**Task description:** Could you copy, exactly as written, every line from the first line of the records through the one containing "#266=ORIENTED_EDGE('',*,*,#233,.T.);"?

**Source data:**
::::

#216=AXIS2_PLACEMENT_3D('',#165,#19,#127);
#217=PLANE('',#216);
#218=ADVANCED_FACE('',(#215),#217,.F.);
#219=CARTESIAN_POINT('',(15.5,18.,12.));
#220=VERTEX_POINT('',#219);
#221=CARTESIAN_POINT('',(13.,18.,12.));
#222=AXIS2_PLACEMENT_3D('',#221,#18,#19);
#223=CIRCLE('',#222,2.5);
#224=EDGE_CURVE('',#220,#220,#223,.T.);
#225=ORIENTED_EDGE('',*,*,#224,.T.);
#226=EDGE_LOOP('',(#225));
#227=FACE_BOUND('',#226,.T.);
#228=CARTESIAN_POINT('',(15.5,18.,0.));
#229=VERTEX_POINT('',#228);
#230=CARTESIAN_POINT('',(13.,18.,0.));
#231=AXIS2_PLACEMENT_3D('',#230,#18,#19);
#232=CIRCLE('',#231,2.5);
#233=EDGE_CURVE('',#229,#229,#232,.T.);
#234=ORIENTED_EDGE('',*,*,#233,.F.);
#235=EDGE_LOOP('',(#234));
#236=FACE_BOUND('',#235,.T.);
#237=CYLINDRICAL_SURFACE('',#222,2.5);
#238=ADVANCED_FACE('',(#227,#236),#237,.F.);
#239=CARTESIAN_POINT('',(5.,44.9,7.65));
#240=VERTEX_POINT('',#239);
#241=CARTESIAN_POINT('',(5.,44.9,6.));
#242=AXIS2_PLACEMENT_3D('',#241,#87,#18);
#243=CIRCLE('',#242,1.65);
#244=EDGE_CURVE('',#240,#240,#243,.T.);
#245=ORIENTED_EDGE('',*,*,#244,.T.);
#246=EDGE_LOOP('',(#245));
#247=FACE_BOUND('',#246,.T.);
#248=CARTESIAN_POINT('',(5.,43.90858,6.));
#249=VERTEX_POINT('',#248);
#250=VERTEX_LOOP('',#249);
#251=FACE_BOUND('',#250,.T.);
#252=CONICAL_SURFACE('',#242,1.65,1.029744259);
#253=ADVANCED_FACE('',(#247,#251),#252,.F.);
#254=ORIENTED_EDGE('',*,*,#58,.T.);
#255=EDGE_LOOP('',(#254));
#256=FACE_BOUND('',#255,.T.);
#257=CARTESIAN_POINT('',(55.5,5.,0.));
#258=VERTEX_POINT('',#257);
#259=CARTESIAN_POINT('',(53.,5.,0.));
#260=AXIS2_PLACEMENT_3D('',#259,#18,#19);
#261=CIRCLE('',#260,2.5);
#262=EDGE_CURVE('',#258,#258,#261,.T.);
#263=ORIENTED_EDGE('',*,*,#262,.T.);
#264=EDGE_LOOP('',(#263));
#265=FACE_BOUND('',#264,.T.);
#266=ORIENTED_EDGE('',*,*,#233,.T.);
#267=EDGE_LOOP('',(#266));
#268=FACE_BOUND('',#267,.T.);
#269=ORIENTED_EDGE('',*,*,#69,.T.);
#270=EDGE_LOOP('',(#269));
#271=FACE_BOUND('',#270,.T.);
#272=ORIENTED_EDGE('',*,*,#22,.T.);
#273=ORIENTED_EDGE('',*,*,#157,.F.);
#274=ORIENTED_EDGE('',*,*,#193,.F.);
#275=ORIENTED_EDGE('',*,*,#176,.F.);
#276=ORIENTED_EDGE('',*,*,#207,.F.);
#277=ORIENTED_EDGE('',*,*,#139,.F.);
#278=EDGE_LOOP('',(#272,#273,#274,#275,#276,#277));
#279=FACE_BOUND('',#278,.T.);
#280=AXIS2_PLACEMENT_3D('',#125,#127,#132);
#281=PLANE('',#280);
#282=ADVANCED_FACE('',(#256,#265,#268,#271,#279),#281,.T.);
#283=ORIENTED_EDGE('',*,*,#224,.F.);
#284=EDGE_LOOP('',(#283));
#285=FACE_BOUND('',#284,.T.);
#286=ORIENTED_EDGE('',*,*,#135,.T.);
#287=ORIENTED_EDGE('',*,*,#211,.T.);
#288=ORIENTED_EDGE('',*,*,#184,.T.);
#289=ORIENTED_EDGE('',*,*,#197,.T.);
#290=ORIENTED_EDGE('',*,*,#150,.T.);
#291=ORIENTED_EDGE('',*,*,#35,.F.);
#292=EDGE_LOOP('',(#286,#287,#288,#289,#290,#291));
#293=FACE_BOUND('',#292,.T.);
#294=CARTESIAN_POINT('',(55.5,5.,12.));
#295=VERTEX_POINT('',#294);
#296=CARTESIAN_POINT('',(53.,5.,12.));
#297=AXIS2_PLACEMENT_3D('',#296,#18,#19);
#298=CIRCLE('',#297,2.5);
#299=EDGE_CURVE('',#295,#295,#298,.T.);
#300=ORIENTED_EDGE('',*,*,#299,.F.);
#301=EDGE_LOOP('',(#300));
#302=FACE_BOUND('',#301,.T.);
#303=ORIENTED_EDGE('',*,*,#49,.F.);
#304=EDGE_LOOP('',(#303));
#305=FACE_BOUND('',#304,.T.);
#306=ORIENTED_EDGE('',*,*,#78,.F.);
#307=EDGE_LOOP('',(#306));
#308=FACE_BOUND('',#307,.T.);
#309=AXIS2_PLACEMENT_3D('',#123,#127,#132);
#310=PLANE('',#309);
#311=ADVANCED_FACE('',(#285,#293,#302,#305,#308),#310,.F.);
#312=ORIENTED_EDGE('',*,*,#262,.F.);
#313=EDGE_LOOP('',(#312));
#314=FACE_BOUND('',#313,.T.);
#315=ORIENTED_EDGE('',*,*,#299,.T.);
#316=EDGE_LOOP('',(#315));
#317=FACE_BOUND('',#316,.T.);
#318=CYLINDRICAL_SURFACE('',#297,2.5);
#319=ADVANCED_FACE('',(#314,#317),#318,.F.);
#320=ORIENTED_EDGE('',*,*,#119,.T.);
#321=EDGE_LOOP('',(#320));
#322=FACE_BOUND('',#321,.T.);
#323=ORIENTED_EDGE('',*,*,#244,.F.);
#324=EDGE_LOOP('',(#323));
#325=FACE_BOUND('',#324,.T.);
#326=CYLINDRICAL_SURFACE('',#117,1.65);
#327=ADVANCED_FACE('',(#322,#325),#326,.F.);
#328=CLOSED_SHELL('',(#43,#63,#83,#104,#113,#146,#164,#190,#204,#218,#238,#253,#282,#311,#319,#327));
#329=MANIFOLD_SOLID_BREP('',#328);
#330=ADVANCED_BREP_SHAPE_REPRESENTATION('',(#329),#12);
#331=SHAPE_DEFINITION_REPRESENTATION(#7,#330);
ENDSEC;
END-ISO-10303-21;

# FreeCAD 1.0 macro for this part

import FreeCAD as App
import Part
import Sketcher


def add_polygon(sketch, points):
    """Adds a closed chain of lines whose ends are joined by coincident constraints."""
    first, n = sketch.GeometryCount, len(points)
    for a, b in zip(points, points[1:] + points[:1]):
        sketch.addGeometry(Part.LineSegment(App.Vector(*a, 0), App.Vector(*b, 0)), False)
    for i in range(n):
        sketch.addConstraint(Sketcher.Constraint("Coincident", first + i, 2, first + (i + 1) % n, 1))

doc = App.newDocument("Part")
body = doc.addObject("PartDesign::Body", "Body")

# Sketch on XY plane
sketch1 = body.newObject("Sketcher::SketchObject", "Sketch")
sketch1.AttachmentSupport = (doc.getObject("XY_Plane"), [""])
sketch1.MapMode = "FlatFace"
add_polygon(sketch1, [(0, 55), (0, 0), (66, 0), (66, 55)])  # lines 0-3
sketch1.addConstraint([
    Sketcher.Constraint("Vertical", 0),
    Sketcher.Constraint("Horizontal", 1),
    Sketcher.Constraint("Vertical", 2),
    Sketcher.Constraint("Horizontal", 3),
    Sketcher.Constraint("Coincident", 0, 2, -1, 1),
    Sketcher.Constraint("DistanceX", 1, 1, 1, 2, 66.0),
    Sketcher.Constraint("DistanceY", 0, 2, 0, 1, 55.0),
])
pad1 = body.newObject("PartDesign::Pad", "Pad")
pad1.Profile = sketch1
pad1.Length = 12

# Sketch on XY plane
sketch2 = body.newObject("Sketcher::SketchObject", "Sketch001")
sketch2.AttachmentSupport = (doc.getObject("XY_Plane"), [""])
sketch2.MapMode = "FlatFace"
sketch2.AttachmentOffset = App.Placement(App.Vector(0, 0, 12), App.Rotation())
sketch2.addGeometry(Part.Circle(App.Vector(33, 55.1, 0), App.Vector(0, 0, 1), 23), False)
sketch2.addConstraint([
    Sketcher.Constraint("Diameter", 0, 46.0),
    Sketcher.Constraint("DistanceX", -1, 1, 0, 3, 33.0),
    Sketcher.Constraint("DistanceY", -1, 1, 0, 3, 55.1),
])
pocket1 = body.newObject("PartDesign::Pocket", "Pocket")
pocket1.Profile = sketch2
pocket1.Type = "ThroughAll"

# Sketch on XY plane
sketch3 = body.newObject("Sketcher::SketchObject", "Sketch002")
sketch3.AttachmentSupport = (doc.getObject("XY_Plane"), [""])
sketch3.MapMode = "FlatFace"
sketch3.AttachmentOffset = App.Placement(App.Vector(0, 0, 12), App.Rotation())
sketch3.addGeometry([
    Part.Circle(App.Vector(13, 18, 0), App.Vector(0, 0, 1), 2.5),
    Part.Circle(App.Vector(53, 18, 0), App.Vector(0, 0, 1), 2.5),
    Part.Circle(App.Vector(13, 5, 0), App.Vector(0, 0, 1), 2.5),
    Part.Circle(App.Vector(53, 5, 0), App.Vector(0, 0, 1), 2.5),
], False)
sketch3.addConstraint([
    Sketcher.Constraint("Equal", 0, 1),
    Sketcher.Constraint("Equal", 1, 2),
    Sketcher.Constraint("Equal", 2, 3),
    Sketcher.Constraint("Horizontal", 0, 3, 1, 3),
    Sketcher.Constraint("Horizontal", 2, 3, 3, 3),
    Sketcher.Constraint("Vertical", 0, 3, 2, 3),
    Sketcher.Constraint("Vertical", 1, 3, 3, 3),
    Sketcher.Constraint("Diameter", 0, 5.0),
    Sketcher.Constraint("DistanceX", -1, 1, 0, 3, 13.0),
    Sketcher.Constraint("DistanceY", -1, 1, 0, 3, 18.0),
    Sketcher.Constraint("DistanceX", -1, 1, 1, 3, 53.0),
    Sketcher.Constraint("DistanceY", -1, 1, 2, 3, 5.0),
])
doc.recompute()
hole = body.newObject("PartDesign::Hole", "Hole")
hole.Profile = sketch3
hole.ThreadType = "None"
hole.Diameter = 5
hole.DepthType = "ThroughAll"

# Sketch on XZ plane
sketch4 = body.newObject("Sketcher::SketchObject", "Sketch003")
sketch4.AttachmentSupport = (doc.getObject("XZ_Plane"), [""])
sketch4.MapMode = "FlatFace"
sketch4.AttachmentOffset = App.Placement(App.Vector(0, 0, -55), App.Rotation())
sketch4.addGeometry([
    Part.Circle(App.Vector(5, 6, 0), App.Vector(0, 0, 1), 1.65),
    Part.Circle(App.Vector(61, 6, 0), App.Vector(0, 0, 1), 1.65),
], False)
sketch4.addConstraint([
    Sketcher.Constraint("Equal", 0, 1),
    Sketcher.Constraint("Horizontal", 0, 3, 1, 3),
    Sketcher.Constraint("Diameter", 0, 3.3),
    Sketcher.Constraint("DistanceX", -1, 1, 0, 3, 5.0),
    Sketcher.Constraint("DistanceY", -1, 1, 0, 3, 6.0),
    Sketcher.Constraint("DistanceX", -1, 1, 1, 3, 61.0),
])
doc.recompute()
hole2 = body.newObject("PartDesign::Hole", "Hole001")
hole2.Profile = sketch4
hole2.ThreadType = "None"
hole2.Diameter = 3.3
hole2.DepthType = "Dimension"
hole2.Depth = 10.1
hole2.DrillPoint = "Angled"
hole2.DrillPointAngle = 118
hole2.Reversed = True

::::

**Output below:**
#216=AXIS2_PLACEMENT_3D('',#165,#19,#127);
#217=PLANE('',#216);
#218=ADVANCED_FACE('',(#215),#217,.F.);
#219=CARTESIAN_POINT('',(15.5,18.,12.));
#220=VERTEX_POINT('',#219);
#221=CARTESIAN_POINT('',(13.,18.,12.));
#222=AXIS2_PLACEMENT_3D('',#221,#18,#19);
#223=CIRCLE('',#222,2.5);
#224=EDGE_CURVE('',#220,#220,#223,.T.);
#225=ORIENTED_EDGE('',*,*,#224,.T.);
#226=EDGE_LOOP('',(#225));
#227=FACE_BOUND('',#226,.T.);
#228=CARTESIAN_POINT('',(15.5,18.,0.));
#229=VERTEX_POINT('',#228);
#230=CARTESIAN_POINT('',(13.,18.,0.));
#231=AXIS2_PLACEMENT_3D('',#230,#18,#19);
#232=CIRCLE('',#231,2.5);
#233=EDGE_CURVE('',#229,#229,#232,.T.);
#234=ORIENTED_EDGE('',*,*,#233,.F.);
#235=EDGE_LOOP('',(#234));
#236=FACE_BOUND('',#235,.T.);
#237=CYLINDRICAL_SURFACE('',#222,2.5);
#238=ADVANCED_FACE('',(#227,#236),#237,.F.);
#239=CARTESIAN_POINT('',(5.,44.9,7.65));
#240=VERTEX_POINT('',#239);
#241=CARTESIAN_POINT('',(5.,44.9,6.));
#242=AXIS2_PLACEMENT_3D('',#241,#87,#18);
#243=CIRCLE('',#242,1.65);
#244=EDGE_CURVE('',#240,#240,#243,.T.);
#245=ORIENTED_EDGE('',*,*,#244,.T.);
#246=EDGE_LOOP('',(#245));
#247=FACE_BOUND('',#246,.T.);
#248=CARTESIAN_POINT('',(5.,43.90858,6.));
#249=VERTEX_POINT('',#248);
#250=VERTEX_LOOP('',#249);
#251=FACE_BOUND('',#250,.T.);
#252=CONICAL_SURFACE('',#242,1.65,1.029744259);
#253=ADVANCED_FACE('',(#247,#251),#252,.F.);
#254=ORIENTED_EDGE('',*,*,#58,.T.);
#255=EDGE_LOOP('',(#254));
#256=FACE_BOUND('',#255,.T.);
#257=CARTESIAN_POINT('',(55.5,5.,0.));
#258=VERTEX_POINT('',#257);
#259=CARTESIAN_POINT('',(53.,5.,0.));
#260=AXIS2_PLACEMENT_3D('',#259,#18,#19);
#261=CIRCLE('',#260,2.5);
#262=EDGE_CURVE('',#258,#258,#261,.T.);
#263=ORIENTED_EDGE('',*,*,#262,.T.);
#264=EDGE_LOOP('',(#263));
#265=FACE_BOUND('',#264,.T.);
#266=ORIENTED_EDGE('',*,*,#233,.T.);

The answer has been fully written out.